ASSIGNED TASK ▸ From the data below, repeat exactly the lines from the line with "#86=VERTEX_POINT('',#85);" to the line with "#96=EDGE_CURVE('',#94,#94,#95,.T.);", both included.

### INFORMATION PROVIDED ###

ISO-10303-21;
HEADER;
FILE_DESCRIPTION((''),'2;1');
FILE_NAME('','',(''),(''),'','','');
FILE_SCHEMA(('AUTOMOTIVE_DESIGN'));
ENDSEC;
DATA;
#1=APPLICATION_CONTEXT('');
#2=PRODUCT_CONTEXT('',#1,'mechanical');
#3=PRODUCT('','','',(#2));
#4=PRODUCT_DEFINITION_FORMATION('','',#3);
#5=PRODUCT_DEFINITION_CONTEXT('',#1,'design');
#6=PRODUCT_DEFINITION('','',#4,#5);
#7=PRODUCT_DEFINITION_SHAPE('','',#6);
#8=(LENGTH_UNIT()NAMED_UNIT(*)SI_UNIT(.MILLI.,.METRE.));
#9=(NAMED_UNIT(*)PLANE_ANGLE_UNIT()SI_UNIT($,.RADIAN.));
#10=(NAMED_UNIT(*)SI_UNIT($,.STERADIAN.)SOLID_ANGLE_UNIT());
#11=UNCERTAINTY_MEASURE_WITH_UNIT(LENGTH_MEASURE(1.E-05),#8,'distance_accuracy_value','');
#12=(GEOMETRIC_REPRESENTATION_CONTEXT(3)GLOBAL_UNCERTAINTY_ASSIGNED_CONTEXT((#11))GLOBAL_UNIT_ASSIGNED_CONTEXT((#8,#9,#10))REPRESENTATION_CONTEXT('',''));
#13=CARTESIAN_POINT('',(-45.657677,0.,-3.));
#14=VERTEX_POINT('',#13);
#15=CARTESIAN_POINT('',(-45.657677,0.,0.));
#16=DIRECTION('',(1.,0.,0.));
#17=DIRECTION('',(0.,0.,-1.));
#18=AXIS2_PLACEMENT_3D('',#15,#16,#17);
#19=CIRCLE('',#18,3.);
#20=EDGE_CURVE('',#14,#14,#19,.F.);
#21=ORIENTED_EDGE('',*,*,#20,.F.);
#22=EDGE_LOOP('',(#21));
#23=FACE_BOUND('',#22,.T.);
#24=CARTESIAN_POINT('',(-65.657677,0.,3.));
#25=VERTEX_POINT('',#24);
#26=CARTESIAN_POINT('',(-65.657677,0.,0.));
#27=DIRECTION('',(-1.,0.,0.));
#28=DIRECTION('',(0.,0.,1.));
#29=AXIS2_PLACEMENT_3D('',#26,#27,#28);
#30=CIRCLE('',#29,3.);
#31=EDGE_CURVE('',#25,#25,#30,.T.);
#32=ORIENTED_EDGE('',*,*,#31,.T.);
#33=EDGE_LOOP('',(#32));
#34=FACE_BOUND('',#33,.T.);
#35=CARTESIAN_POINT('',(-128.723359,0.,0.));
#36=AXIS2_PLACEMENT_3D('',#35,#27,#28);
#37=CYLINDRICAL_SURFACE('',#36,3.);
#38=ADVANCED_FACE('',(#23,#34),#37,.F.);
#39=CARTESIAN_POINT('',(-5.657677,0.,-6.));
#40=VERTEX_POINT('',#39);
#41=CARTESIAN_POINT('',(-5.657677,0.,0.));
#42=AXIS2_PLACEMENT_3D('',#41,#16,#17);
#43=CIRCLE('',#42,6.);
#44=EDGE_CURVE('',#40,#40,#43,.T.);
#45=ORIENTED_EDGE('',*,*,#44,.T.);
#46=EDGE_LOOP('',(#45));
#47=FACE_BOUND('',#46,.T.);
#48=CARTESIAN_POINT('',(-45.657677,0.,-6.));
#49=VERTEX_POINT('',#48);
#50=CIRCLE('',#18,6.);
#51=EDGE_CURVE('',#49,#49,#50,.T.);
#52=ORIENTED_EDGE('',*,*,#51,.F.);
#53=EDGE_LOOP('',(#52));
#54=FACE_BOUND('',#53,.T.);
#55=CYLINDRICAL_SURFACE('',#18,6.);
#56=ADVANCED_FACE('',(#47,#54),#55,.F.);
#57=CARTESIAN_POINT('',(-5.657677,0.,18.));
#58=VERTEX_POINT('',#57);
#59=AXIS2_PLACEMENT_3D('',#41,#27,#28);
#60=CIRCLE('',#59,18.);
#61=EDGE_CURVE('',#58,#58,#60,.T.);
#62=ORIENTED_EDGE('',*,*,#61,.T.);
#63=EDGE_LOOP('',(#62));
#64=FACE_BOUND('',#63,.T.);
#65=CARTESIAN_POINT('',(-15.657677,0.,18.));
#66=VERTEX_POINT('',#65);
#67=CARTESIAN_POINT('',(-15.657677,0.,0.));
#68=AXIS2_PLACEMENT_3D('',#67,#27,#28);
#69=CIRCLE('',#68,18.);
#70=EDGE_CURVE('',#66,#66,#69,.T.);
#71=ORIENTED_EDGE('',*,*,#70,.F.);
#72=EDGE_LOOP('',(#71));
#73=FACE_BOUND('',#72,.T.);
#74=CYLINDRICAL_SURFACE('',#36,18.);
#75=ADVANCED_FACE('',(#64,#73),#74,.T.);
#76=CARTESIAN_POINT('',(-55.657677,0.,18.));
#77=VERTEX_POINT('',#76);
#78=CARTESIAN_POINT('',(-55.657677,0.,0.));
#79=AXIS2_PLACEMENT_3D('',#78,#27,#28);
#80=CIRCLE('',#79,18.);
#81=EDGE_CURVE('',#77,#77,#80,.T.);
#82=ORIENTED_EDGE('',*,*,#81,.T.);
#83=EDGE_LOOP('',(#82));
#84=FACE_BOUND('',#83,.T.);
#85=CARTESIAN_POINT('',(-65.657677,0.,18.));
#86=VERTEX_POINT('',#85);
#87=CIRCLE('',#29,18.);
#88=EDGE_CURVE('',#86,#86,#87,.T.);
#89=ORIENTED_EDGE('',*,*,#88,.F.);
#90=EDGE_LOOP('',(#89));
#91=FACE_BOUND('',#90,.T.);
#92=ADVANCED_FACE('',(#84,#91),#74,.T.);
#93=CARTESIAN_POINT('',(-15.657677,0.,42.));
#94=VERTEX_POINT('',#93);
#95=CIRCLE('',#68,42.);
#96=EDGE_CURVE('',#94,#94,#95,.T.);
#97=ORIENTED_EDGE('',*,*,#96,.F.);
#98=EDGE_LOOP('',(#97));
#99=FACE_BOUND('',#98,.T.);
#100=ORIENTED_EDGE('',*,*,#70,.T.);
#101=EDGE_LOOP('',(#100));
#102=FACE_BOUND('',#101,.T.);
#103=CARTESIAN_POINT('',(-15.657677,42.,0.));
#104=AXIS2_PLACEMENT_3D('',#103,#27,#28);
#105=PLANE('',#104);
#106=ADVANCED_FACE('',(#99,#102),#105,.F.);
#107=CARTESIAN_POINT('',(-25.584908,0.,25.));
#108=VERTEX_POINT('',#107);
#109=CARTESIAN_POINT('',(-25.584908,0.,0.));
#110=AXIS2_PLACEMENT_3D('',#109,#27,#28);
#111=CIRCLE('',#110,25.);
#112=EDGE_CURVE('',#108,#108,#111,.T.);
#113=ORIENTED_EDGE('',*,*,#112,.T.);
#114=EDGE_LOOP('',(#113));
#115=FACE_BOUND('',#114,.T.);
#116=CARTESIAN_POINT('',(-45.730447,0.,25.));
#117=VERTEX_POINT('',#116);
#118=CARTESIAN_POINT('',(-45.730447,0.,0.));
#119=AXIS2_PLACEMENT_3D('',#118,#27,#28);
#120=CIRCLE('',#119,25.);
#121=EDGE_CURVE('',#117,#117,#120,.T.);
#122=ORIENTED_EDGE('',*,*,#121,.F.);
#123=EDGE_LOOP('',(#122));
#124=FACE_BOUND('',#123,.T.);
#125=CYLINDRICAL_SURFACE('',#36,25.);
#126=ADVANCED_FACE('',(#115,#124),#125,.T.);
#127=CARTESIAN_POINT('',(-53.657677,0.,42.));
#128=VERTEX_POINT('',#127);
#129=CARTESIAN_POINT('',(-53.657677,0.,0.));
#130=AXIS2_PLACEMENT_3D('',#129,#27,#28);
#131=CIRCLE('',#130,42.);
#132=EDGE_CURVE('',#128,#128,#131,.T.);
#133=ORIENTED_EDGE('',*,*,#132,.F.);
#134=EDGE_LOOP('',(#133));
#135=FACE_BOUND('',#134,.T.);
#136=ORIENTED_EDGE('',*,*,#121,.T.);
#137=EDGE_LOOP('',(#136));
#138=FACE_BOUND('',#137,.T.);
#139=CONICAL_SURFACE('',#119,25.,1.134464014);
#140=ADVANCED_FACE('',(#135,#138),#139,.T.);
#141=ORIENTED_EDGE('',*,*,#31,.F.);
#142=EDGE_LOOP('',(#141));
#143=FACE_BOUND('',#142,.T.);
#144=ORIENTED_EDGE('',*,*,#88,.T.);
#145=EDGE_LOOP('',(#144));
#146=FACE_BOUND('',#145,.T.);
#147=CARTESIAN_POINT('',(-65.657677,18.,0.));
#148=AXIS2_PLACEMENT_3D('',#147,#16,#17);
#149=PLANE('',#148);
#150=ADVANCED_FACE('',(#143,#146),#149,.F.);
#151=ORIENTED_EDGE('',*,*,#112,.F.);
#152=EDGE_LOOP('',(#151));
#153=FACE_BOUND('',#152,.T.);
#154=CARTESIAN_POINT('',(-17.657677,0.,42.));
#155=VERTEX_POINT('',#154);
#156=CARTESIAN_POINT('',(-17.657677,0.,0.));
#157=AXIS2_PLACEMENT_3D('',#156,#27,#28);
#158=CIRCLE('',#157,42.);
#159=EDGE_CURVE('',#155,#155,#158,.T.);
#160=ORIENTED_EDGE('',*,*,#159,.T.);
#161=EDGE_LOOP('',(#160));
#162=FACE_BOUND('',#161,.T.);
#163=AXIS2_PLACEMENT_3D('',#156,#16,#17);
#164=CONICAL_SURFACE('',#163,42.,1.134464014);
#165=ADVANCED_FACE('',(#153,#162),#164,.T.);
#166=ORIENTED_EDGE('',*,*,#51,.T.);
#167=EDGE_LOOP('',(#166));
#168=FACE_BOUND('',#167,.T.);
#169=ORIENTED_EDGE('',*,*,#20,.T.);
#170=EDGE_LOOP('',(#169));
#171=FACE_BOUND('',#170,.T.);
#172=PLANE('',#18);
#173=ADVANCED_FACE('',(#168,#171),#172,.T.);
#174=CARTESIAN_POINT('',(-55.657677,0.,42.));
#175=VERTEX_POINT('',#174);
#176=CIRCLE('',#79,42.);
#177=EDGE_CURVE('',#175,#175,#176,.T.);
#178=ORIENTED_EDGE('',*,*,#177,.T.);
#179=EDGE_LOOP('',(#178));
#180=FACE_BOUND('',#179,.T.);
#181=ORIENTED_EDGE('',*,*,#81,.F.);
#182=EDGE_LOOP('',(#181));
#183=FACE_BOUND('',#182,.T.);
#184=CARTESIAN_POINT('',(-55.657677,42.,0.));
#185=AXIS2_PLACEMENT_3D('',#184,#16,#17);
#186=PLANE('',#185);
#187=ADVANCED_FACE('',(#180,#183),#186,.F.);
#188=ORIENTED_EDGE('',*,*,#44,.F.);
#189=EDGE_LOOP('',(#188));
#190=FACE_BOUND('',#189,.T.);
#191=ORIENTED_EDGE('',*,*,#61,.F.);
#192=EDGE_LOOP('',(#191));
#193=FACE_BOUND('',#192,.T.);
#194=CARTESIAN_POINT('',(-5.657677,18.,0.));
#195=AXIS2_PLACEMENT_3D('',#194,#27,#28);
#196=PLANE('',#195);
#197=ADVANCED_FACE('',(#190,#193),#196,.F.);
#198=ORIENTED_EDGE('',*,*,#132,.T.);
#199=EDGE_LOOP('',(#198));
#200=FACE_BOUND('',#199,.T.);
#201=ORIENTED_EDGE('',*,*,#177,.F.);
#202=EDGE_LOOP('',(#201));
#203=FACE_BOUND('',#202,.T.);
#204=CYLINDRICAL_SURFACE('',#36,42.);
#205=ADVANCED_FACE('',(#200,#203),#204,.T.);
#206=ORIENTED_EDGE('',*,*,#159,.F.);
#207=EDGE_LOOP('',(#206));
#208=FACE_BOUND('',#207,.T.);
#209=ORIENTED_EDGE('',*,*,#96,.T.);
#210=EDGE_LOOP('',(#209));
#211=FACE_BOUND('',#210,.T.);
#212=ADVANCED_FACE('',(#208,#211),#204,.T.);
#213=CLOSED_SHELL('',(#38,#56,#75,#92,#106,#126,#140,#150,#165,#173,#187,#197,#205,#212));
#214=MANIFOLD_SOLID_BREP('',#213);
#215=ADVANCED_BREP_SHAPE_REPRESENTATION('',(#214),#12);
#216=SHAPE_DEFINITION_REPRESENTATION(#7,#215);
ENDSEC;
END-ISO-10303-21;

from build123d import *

# Parameters (mm, degrees)
ESQUISSE2_R             = 6
ENL_V_MAT_EXTRU_1_DEPTH = 40


with BuildPart() as part:
    # Esquisse1 → Révolution1 (revolve)
    with BuildSketch(Plane.XY, mode=Mode.PRIVATE) as r_volution1_sk:
        Polygon((-55.657677475, 42), (-53.657677475, 42), (-45.730447287, 25), (-25.584907664, 25), (-17.657677475, 42), (-15.657677475, 42), (-15.657677475, 18), (-5.657677475, 18), (-5.657677475, 3), (-65.657677475, 3), (-65.657677475, 18), (-55.657677475, 18), align=None)
    revolve(r_volution1_sk.sketch.rotate(Axis((-128.723358614, 0, 0), (1, 0, 0)), 90), axis=Axis((-128.723358614, 0, 0), (1, 0, 0)))  # turned: the seam where the file's is

    # Esquisse2 → Enlèv. mat.-Extru.1 (cut)
    with BuildSketch(Plane(origin=(-5.657677475, 0, 0), x_dir=(0, 0, -1), z_dir=(1, 0, 0))):
        Circle(ESQUISSE2_R)
    extrude(amount=-ENL_V_MAT_EXTRU_1_DEPTH, mode=Mode.SUBTRACT)


solid = part.part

###

RESPONSE ▸
#86=VERTEX_POINT('',#85);
#87=CIRCLE('',#29,18.);
#88=EDGE_CURVE('',#86,#86,#87,.T.);
#89=ORIENTED_EDGE('',*,*,#88,.F.);
#90=EDGE_LOOP('',(#89));
#91=FACE_BOUND('',#90,.T.);
#92=ADVANCED_FACE('',(#84,#91),#74,.T.);
#93=CARTESIAN_POINT('',(-15.657677,0.,42.));
#94=VERTEX_POINT('',#93);
#95=CIRCLE('',#68,42.);
#96=EDGE_CURVE('',#94,#94,#95,.T.);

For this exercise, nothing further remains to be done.